This project has moved. For the latest updates, please go here.


Topics: Developer Forum, Project Management Forum, User Forum
Jun 20, 2009 at 9:02 PM

Hello everyone,

when i save a webside (htmlweb class), that i loaded before, the special chars (german) are destroyed. the encoding of the website is latin 1 (I use the detectencodinghtml function).

Has anyone an idea how to solve my problem?


Thank you very much.

Best regards,




Jun 23, 2009 at 4:29 PM

Have you tried using the detect encoding overload?

public void Load(string path, bool detectEncodingFromByteOrderMarks)

If that doesn't work you'll need to send your own encoder

Load(string path, Encoding encoding, bool detectEncodingFromByteOrderMarks)


Both of these are just small wrappers around the StreamReader class. It might be good to look into how to accomplish what you need with that class.


From looking at the code it does look like HAP will try to read the encoding from the meta tag too.
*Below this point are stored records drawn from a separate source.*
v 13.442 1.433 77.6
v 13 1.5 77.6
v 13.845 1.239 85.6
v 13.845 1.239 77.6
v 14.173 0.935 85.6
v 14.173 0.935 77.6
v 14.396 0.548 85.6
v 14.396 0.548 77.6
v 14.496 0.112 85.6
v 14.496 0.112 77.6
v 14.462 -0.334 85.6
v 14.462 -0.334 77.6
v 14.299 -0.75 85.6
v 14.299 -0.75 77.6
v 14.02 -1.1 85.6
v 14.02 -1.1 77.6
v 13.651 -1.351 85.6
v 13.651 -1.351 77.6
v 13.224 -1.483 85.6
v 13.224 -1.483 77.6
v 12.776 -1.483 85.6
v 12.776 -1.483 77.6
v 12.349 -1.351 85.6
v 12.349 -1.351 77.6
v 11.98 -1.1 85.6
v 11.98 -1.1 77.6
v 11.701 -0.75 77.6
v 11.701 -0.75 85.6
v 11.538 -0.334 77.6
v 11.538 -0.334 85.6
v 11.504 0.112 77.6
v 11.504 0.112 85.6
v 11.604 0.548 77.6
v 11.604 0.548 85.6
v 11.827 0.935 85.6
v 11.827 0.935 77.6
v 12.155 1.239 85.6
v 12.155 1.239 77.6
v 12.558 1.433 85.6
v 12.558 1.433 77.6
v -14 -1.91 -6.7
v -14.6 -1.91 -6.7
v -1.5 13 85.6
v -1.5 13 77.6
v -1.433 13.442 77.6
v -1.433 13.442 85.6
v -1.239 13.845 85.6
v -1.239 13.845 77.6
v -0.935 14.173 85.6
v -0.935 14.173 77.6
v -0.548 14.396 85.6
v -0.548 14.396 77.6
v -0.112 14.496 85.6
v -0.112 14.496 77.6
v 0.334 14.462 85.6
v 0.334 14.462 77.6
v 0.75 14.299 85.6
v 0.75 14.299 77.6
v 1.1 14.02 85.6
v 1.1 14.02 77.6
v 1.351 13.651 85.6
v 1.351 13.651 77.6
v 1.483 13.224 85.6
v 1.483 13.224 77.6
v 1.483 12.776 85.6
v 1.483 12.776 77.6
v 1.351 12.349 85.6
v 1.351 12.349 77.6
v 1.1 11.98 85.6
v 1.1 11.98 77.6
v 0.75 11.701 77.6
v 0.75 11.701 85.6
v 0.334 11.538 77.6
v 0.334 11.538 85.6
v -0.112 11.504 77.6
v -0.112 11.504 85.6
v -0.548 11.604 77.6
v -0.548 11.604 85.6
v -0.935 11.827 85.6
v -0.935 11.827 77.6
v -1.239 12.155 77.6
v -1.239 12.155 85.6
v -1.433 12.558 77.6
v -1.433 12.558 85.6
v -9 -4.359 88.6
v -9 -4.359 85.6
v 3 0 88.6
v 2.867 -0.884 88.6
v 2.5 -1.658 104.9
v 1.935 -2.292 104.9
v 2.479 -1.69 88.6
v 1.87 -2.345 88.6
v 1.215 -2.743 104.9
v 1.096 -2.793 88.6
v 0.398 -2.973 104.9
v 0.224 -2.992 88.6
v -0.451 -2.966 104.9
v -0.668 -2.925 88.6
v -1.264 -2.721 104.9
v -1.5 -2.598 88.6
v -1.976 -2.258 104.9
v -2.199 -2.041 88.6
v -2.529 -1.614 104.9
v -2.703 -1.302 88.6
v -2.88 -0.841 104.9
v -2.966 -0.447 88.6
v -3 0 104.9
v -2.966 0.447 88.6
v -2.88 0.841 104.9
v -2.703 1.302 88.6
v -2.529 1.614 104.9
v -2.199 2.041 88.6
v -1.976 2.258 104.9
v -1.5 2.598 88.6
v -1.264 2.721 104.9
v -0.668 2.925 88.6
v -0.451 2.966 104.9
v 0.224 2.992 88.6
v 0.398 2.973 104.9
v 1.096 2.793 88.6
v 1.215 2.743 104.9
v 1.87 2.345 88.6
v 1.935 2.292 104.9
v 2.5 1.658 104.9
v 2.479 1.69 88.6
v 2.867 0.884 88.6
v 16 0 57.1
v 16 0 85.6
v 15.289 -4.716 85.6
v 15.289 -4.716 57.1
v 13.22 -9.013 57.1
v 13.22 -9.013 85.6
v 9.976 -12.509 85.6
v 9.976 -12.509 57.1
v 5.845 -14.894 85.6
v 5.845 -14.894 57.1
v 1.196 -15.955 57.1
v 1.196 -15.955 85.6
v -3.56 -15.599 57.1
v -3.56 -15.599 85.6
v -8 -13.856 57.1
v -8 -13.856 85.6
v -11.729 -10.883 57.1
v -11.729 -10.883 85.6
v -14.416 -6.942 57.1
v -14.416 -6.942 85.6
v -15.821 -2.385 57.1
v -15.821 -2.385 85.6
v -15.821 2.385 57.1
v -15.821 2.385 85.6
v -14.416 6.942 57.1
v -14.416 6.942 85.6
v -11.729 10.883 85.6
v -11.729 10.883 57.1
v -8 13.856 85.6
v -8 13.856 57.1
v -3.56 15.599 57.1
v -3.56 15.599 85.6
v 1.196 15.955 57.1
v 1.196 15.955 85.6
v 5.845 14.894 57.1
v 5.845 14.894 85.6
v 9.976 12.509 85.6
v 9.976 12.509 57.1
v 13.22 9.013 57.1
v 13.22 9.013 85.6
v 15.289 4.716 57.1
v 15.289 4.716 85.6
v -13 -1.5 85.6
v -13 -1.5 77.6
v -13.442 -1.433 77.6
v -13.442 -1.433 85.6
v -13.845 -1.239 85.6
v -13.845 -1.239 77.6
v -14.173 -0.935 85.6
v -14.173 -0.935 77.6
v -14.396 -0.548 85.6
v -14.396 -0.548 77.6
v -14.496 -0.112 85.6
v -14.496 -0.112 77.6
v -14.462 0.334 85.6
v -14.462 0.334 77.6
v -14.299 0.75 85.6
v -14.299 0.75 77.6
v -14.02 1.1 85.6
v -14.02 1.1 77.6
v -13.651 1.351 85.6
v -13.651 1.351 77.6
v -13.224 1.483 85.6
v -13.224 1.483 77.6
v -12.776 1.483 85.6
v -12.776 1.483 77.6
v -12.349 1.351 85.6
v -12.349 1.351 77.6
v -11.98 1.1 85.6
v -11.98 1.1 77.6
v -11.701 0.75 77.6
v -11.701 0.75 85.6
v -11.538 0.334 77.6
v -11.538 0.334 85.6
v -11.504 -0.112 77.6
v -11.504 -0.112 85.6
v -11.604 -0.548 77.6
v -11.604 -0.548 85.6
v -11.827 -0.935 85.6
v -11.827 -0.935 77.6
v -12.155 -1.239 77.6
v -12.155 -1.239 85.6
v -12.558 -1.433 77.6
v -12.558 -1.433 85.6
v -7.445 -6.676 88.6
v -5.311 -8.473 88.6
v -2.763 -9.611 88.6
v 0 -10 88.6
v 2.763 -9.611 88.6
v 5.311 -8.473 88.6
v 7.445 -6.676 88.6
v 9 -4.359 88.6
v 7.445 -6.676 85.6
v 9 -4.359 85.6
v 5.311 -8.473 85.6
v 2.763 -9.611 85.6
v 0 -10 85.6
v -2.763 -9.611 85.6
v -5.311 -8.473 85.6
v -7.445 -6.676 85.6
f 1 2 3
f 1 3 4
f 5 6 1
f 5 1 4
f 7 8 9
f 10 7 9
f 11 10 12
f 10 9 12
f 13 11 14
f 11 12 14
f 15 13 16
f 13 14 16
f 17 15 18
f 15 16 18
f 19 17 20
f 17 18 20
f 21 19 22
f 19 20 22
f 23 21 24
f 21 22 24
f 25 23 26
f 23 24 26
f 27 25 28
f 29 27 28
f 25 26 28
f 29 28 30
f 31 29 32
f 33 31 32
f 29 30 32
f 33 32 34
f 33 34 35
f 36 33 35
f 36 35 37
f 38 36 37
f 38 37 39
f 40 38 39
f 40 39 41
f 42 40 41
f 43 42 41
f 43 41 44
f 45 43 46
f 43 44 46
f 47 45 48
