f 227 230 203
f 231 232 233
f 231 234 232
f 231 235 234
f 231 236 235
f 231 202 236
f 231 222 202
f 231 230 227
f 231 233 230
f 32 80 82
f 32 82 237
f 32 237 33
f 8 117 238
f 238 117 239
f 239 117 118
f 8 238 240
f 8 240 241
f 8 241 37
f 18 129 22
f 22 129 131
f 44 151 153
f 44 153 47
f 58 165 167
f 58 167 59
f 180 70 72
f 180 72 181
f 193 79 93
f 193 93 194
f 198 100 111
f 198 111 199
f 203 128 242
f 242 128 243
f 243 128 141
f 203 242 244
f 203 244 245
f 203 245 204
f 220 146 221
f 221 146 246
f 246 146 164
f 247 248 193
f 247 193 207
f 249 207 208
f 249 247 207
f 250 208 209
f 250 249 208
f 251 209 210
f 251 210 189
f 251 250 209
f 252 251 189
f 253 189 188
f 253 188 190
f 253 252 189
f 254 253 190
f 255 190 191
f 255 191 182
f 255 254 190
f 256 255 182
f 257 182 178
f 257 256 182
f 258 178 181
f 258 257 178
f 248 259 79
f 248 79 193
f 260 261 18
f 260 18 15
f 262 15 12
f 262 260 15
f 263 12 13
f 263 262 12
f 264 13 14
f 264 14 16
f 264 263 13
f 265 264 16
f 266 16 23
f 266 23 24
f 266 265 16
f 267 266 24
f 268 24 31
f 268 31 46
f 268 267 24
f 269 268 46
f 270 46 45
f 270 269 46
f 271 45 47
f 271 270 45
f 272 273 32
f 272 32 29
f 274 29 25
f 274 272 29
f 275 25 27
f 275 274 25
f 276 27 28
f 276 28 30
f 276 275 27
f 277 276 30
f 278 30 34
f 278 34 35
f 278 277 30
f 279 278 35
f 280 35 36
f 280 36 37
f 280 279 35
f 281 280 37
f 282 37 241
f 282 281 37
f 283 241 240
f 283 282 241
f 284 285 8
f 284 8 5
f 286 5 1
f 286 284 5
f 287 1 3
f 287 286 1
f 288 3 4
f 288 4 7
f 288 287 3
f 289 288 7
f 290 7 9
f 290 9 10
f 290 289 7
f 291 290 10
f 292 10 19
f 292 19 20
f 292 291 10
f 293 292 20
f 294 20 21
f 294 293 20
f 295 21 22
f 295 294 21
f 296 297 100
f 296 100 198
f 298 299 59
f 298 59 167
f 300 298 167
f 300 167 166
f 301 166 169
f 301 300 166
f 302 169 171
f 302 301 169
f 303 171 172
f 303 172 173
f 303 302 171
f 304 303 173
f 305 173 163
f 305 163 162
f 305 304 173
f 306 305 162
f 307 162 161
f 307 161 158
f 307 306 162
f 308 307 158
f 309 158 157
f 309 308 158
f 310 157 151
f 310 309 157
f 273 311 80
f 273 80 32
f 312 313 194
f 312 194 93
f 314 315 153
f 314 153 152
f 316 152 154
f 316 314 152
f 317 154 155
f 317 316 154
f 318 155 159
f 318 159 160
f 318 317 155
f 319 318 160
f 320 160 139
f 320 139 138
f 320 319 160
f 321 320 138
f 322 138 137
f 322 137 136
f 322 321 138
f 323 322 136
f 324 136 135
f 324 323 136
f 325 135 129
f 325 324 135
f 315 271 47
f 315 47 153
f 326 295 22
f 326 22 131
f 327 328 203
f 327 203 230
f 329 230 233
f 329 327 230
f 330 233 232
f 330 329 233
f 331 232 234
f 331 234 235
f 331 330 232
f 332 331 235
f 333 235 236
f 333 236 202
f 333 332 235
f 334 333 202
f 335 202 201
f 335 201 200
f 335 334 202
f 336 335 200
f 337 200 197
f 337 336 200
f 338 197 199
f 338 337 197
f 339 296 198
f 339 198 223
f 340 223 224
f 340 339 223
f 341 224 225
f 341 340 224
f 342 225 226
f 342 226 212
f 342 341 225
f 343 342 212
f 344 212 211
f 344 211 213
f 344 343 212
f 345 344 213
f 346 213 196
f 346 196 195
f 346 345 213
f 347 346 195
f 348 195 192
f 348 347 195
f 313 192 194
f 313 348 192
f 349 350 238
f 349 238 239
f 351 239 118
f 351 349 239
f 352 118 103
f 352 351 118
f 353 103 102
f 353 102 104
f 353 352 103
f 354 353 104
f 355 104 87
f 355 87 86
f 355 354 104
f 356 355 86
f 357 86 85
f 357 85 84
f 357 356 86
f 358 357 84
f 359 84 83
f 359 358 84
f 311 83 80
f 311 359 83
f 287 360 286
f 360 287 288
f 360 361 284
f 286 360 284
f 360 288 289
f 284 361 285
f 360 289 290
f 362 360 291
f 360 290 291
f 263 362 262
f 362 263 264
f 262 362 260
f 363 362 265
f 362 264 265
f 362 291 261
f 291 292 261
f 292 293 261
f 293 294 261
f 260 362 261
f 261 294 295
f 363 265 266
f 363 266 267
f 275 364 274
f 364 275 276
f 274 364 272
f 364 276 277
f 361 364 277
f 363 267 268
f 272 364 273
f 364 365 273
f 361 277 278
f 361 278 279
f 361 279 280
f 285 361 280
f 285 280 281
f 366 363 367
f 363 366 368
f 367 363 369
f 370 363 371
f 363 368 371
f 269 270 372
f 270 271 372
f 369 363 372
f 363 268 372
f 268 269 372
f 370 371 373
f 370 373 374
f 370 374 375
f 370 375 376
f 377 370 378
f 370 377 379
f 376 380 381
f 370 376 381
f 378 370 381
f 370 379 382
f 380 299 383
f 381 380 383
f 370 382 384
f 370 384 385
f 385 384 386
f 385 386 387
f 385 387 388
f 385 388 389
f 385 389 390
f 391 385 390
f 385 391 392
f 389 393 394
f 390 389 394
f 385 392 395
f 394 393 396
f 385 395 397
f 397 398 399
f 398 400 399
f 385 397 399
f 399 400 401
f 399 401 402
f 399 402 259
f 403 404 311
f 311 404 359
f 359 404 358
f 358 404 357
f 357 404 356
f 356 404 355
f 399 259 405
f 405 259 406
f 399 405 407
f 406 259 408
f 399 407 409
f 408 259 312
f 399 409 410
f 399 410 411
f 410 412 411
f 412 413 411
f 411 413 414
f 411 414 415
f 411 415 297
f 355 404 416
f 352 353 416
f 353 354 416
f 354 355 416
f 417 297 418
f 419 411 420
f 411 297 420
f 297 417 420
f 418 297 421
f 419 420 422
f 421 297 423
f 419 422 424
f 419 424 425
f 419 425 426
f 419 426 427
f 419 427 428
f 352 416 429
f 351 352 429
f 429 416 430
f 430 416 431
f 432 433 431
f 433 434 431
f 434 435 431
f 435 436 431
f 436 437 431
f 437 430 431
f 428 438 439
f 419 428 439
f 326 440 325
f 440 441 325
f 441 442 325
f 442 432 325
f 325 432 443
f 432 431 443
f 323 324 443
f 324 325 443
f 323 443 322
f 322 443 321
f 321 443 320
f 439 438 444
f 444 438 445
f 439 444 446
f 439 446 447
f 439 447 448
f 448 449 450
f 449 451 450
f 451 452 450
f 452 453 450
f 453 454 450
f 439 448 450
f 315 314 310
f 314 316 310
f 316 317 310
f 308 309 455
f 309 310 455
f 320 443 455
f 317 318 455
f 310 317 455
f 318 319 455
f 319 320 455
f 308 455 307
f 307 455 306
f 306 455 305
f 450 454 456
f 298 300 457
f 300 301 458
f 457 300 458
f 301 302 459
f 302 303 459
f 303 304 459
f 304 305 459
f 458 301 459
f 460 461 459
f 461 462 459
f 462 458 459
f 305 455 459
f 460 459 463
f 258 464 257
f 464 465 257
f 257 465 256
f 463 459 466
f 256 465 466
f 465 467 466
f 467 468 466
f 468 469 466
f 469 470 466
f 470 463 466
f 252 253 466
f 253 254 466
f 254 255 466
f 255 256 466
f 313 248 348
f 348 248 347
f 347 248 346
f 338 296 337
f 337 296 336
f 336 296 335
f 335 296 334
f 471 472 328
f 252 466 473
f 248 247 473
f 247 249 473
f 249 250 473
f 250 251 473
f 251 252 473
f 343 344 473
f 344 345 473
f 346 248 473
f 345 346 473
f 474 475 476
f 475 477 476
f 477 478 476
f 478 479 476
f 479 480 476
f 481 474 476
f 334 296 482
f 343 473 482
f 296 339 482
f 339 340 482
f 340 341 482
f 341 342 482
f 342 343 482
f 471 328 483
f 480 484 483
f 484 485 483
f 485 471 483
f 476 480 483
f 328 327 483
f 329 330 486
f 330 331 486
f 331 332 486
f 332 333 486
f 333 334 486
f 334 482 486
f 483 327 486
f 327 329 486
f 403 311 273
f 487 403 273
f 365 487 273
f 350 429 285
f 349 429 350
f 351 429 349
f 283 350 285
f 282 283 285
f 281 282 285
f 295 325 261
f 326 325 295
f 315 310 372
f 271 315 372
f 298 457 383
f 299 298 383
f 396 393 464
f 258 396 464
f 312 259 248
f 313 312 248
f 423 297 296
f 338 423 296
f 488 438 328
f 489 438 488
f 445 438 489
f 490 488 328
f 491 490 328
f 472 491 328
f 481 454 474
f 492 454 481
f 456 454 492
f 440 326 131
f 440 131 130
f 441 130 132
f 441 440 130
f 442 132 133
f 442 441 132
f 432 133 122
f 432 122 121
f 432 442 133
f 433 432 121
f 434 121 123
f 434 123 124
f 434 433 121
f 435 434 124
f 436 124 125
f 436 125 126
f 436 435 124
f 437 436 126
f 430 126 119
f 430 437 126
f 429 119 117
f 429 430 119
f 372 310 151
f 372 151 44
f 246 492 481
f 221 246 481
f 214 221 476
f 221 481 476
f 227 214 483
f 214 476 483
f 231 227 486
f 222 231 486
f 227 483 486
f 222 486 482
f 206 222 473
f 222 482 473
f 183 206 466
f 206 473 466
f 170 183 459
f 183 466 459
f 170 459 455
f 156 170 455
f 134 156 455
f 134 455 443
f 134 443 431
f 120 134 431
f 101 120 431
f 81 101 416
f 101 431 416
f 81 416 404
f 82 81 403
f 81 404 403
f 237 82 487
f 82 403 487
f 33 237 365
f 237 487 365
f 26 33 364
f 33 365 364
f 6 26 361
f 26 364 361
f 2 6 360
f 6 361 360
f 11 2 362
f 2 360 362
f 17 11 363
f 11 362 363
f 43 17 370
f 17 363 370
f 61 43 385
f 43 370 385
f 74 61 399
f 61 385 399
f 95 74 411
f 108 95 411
The ReadDocumentEncoding method on line 1498 of HtmlDocument.cs is where you'd want to look to see if the encoding is being detected properly from your html.



Jul 16, 2009 at 10:09 PM
Edited Jul 16, 2009 at 10:14 PM

Sorry for the formatting, but this forum doesnt set a minimal width so my text went on and on and on to the left...

I had the same problem. But not from a file, but from an Url.

Normally HAP (HtmlAgilityPack) will try detect the encoding from the HTTP response headers,
the Content-Type specifically. But when this header is missing, the default encoding is UTF8Encoding.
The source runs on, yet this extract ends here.